Doesnt that just mean that more desparately needed taxpayers money is wasted. That tax relief never should have been there.


----------



## oldnick (10 Jul 2011)

The "desperately needed taxpayers money" is  largely being used to pay off reckless foreign banks - whereas any tax relief and/or tax incentives for property purchases  helps stave off the increasing number of repossessions and reduce the increasing worry of tens of thousands,often young,  Irish property owners - a worry that increases with every rise in interest rates - rises that this country do not need.

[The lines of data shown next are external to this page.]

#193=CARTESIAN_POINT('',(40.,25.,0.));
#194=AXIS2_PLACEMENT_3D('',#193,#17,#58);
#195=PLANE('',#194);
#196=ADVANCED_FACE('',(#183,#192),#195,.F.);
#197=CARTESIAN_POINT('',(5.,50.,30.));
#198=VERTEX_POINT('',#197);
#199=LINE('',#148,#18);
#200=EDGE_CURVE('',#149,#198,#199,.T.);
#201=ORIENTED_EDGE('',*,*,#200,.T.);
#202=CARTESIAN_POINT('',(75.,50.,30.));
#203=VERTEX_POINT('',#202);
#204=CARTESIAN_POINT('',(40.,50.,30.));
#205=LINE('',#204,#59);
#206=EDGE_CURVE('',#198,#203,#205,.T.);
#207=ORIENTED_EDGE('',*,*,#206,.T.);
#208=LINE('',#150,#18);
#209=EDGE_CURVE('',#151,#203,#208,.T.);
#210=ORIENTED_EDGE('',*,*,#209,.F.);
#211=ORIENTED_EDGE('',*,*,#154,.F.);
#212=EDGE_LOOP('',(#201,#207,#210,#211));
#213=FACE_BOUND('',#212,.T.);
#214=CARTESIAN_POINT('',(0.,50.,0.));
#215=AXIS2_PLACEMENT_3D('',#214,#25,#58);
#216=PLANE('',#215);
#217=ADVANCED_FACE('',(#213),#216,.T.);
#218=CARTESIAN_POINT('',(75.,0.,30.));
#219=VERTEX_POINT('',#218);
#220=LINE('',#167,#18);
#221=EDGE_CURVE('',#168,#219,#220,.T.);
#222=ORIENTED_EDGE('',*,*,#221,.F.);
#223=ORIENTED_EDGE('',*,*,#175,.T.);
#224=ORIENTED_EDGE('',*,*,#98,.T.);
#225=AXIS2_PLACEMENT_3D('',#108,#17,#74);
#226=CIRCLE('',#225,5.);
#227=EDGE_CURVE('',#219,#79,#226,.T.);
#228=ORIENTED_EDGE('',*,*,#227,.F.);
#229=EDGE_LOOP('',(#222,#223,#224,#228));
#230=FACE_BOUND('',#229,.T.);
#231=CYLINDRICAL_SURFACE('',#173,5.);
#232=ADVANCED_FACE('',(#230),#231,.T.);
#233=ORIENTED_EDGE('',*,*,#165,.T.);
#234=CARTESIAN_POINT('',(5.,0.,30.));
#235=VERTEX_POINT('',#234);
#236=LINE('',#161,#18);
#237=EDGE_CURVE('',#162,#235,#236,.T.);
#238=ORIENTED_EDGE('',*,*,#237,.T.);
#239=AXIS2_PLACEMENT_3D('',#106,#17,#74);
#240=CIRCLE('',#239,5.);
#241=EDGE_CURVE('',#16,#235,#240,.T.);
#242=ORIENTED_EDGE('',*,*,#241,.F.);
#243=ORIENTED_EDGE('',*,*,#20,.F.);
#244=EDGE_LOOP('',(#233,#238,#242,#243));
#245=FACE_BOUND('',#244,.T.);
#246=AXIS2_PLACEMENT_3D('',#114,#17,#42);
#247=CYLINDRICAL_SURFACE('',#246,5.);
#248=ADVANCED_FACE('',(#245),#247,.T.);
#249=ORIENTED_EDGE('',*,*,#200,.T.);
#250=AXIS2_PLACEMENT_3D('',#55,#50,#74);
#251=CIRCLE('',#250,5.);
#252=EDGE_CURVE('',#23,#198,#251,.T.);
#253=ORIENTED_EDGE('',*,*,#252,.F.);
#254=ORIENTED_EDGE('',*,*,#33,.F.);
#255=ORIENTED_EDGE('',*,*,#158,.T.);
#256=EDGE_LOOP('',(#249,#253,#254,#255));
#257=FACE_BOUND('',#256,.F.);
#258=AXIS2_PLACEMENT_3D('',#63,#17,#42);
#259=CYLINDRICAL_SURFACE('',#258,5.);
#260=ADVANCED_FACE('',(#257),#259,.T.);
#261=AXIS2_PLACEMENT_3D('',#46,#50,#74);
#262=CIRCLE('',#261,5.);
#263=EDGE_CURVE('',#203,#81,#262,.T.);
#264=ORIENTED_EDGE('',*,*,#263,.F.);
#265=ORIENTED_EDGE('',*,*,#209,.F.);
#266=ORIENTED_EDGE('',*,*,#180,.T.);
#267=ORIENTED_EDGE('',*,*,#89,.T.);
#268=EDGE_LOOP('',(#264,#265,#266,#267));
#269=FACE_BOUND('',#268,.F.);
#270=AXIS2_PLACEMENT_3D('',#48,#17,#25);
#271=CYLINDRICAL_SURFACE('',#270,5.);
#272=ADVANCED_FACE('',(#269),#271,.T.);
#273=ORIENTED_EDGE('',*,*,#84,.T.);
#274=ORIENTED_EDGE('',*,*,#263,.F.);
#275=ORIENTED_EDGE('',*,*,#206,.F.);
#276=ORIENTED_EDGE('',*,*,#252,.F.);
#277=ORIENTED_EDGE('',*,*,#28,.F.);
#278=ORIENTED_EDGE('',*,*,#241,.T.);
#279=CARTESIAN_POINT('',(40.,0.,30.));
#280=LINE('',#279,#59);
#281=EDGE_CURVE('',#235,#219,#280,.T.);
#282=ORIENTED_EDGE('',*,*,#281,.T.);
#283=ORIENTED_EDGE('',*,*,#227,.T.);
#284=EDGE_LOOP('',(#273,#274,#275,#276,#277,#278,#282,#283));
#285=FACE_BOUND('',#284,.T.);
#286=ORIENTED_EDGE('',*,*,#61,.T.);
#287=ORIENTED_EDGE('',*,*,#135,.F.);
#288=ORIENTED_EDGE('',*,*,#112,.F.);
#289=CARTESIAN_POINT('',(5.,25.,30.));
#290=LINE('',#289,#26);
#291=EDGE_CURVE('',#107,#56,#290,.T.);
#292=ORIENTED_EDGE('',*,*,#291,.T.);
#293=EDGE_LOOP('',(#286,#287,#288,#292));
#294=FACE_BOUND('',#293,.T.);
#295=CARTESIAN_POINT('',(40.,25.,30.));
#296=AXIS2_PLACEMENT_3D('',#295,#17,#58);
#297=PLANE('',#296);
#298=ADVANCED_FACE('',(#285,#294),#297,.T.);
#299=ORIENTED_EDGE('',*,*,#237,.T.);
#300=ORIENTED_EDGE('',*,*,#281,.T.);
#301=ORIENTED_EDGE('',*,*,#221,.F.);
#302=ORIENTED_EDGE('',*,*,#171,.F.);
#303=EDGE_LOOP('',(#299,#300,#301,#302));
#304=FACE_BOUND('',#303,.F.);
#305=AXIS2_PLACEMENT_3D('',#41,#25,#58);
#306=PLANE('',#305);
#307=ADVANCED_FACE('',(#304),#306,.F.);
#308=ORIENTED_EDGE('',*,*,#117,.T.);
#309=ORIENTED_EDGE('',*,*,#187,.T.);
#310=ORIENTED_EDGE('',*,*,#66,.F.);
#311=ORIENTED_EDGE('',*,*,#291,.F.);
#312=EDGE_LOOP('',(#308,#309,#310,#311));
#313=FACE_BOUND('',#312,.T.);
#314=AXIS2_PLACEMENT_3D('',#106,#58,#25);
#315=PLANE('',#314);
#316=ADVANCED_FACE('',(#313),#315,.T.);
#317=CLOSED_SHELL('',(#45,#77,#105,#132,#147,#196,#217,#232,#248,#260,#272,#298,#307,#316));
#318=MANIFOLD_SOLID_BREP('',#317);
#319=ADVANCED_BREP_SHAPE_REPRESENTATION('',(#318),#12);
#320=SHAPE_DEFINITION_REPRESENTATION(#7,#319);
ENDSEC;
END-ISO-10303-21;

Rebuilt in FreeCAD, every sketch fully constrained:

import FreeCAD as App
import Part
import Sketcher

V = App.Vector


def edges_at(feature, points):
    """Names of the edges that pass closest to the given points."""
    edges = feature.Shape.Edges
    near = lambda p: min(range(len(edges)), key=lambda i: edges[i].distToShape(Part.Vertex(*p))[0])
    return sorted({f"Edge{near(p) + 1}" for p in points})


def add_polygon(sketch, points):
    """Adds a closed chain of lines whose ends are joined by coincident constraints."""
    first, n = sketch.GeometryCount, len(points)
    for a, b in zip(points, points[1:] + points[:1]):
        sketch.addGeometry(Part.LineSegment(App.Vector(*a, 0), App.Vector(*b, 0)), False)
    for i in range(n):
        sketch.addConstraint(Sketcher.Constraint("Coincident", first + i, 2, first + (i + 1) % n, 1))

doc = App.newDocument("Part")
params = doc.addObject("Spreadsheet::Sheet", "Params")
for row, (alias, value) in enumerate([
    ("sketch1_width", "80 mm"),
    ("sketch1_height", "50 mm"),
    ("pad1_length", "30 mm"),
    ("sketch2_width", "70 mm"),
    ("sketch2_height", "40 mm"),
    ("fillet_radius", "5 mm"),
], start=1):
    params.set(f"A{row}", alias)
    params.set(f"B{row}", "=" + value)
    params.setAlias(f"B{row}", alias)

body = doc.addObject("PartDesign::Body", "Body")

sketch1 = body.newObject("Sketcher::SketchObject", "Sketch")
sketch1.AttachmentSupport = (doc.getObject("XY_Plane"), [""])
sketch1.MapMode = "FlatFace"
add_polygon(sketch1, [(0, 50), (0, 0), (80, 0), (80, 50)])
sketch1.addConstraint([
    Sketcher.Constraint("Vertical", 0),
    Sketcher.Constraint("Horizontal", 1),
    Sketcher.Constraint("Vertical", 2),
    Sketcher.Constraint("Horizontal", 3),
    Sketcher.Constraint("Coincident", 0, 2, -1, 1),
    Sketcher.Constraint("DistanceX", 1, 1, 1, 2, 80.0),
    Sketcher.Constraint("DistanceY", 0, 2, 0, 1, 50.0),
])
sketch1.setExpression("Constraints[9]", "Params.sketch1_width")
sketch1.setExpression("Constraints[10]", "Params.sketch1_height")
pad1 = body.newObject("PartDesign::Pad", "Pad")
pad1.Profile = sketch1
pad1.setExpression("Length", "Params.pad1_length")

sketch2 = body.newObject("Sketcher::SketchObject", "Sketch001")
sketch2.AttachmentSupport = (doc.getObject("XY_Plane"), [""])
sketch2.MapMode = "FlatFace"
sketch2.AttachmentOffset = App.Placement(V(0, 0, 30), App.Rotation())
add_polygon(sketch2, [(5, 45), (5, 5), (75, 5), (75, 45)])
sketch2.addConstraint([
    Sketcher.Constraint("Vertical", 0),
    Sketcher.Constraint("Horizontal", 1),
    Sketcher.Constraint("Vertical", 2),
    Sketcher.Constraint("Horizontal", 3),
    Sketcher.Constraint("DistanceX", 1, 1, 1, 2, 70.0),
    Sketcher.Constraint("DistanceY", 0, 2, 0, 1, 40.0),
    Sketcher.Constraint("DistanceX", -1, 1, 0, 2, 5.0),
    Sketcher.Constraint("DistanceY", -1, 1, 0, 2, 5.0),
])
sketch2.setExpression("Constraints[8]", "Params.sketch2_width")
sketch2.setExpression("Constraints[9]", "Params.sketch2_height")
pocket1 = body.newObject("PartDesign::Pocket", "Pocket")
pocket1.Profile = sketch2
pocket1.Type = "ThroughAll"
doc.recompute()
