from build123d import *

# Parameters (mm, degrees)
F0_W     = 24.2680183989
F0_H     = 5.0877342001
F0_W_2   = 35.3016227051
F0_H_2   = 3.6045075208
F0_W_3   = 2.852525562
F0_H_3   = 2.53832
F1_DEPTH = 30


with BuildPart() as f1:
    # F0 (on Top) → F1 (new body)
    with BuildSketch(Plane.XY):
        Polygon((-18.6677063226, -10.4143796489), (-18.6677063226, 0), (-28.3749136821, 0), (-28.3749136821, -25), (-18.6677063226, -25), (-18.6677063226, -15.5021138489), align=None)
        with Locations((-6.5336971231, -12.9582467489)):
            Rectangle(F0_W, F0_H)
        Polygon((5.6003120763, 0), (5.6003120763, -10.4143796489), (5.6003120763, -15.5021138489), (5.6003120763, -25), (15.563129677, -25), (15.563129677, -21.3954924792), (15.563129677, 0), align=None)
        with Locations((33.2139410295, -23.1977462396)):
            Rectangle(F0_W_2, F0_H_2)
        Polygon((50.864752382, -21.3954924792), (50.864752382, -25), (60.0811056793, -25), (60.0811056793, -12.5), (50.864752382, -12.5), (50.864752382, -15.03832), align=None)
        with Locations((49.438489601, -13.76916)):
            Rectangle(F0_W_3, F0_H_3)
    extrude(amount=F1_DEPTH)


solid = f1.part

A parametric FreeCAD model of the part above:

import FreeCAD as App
import Part
import Sketcher

doc = App.newDocument("Part")
body = doc.addObject("PartDesign::Body", "Body")

sketch1 = body.newObject("Sketcher::SketchObject", "Sketch")
sketch1.AttachmentSupport = (doc.getObject("XY_Plane"), [""])
sketch1.MapMode = "FlatFace"
sketch1.addGeometry([
    Part.LineSegment(App.Vector(-18.7, 0, 0), App.Vector(-28.4, 0, 0)),
    Part.LineSegment(App.Vector(-28.4, 0, 0), App.Vector(-28.4, -25, 0)),
    Part.LineSegment(App.Vector(-28.4, -25, 0), App.Vector(-18.7, -25, 0)),
    Part.LineSegment(App.Vector(-18.7, -25, 0), App.Vector(-18.7, -15.5, 0)),
    Part.LineSegment(App.Vector(-18.7, -15.5, 0), App.Vector(5.6, -15.5, 0)),
    Part.LineSegment(App.Vector(5.6, -15.5, 0), App.Vector(5.6, -25, 0)),
    Part.LineSegment(App.Vector(5.6, -25, 0), App.Vector(60.1, -25, 0)),
    Part.LineSegment(App.Vector(60.1, -25, 0), App.Vector(60.1, -12.5, 0)),
    Part.LineSegment(App.Vector(60.1, -12.5, 0), App.Vector(48, -12.5, 0)),
    Part.LineSegment(App.Vector(48, -12.5, 0), App.Vector(48, -15, 0)),
    Part.LineSegment(App.Vector(48, -15, 0), App.Vector(50.9, -15, 0)),
    Part.LineSegment(App.Vector(50.9, -15, 0), App.Vector(50.9, -21.4, 0)),
    Part.LineSegment(App.Vector(50.9, -21.4, 0), App.Vector(15.6, -21.4, 0)),
    Part.LineSegment(App.Vector(15.6, -21.4, 0), App.Vector(15.6, 0, 0)),
    Part.LineSegment(App.Vector(15.6, 0, 0), App.Vector(5.6, 0, 0)),
    Part.LineSegment(App.Vector(5.6, 0, 0), App.Vector(5.6, -10.4, 0)),
    Part.LineSegment(App.Vector(5.6, -10.4, 0), App.Vector(-18.7, -10.4, 0)),
    Part.LineSegment(App.Vector(-18.7, -10.4, 0), App.Vector(-18.7, 0, 0)),
], False)
sketch1.addConstraint([
    Sketcher.Constraint("Coincident", 0, 2, 1, 1),
    Sketcher.Constraint("Coincident", 1, 2, 2, 1),
    Sketcher.Constraint("Coincident", 2, 2, 3, 1),
    Sketcher.Constraint("Coincident", 3, 2, 4, 1),
    Sketcher.Constraint("Coincident", 4, 2, 5, 1),
    Sketcher.Constraint("Coincident", 5, 2, 6, 1),
    Sketcher.Constraint("Coincident", 6, 2, 7, 1),
    Sketcher.Constraint("Coincident", 7, 2, 8, 1),
    Sketcher.Constraint("Coincident", 8, 2, 9, 1),
    Sketcher.Constraint("Coincident", 9, 2, 10, 1),
    Sketcher.Constraint("Coincident", 10, 2, 11, 1),
    Sketcher.Constraint("Coincident", 11, 2, 12, 1),
    Sketcher.Constraint("Coincident", 12, 2, 13, 1),
    Sketcher.Constraint("Coincident", 13, 2, 14, 1),
    Sketcher.Constraint("Coincident", 14, 2, 15, 1),
    Sketcher.Constraint("Coincident", 15, 2, 16, 1),
    Sketcher.Constraint("Coincident", 16, 2, 17, 1),
    Sketcher.Constraint("Coincident", 17, 2, 0, 1),
    Sketcher.Constraint("Horizontal", 0),
    Sketcher.Constraint("Vertical", 1),
    Sketcher.Constraint("Horizontal", 2),
    Sketcher.Constraint("Vertical", 3),
    Sketcher.Constraint("Horizontal", 4),
    Sketcher.Constraint("Vertical", 5),
    Sketcher.Constraint("Horizontal", 6),
    Sketcher.Constraint("Vertical", 7),
    Sketcher.Constraint("Horizontal", 8),
    Sketcher.Constraint("Vertical", 9),
    Sketcher.Constraint("Horizontal", 10),
    Sketcher.Constraint("Vertical", 11),
    Sketcher.Constraint("Horizontal", 12),
    Sketcher.Constraint("Vertical", 13),
    Sketcher.Constraint("Horizontal", 14),
    Sketcher.Constraint("Vertical", 15),
    Sketcher.Constraint("Horizontal", 16),
    Sketcher.Constraint("Vertical", 17),
    Sketcher.Constraint("PointOnObject", 0, 2, -1),
    Sketcher.Constraint("PointOnObject", 13, 2, -1),
    Sketcher.Constraint("Horizontal", 2, 2, 5, 2),
    Sketcher.Constraint("Vertical", 5, 2, 14, 2),
    Sketcher.Constraint("Vertical", 3, 2, 16, 2),
    Sketcher.Constraint("DistanceY", 1, 2, 1, 1, 25.0),
    Sketcher.Constraint("DistanceY", 7, 1, 7, 2, 12.5),
    Sketcher.Constraint("DistanceX", 4, 1, 4, 2, 24.268018),
    Sketcher.Constraint("DistanceX", 8, 2, 8, 1, 12.068879),
    Sketcher.Constraint("DistanceY", 9, 2, 9, 1, 2.53832),
    Sketcher.Constraint("DistanceY", 15, 2, 15, 1, 10.41438),
    Sketcher.Constraint("DistanceX", 0, 2, 0, 1, 9.707207),
    Sketcher.Constraint("DistanceX", 6, 1, 6, 2, 54.480794),
    Sketcher.Constraint("DistanceX", 10, 1, 10, 2, 2.852526),
    Sketcher.Constraint("DistanceX", 12, 2, 12, 1, 35.301623),
    Sketcher.Constraint("DistanceY", 3, 1, 3, 2, 9.497886),
    Sketcher.Constraint("DistanceY", 11, 2, 11, 1, 6.357172),
    Sketcher.Constraint("DistanceX", -1, 1, 12, 2, 15.56313),
])
pad1 = body.newObject("PartDesign::Pad", "Pad")
pad1.Profile = sketch1
pad1.Length = 30

doc.recompute()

Anything that reduces the suffering caused by interest rate increases is to be welcomed.


----------



## mcaul (11 Jul 2011)

But the banks were also reckless to their shareholders by offering tracker rates - a reason rarely or never heard for the dismissal of the directors even though it was reckless.


----------



## Manuel (12 Jul 2011)

Any word on what rate hike BoI will apply to their SVR?


----------



## potnoodler (29 Jul 2011)

oldnick said:


> The "desperately needed taxpayers money" is largely being used to pay off reckless foreign banks - whereas any tax relief and/or tax incentives for property purchases helps stave off the increasing number of repossessions and reduce the increasing worry of tens of thousands,often young, Irish property owners - a worry that increases with every rise in interest rates - rises that this country do not need.
> 
> Anything that reduces the suffering caused by interest rate increases is to be welcomed.


 
I'm not saying to deprive people of it as I can understand its like child benefit to a lot of people,
I remember when applying for my mortgage the advisor automatically added the TRS into our application along with everything else, and did it while barely mentioning.
How ironic that this was tax rebate was added to earnings to generally up the loans we all borrowed from the same foreign banks, and now we're paying the price amongst others


----------



## megazoinks (2 Aug 2011)

its 6.1 % in some banks here, now that's nuts at this moment on time


----------



## paperclip (9 Aug 2011)

megazoinks said:


> its 6.1 % in some banks here, now that's nuts at this moment on time




Because of all the negative equity, most people are stuck and cant switch.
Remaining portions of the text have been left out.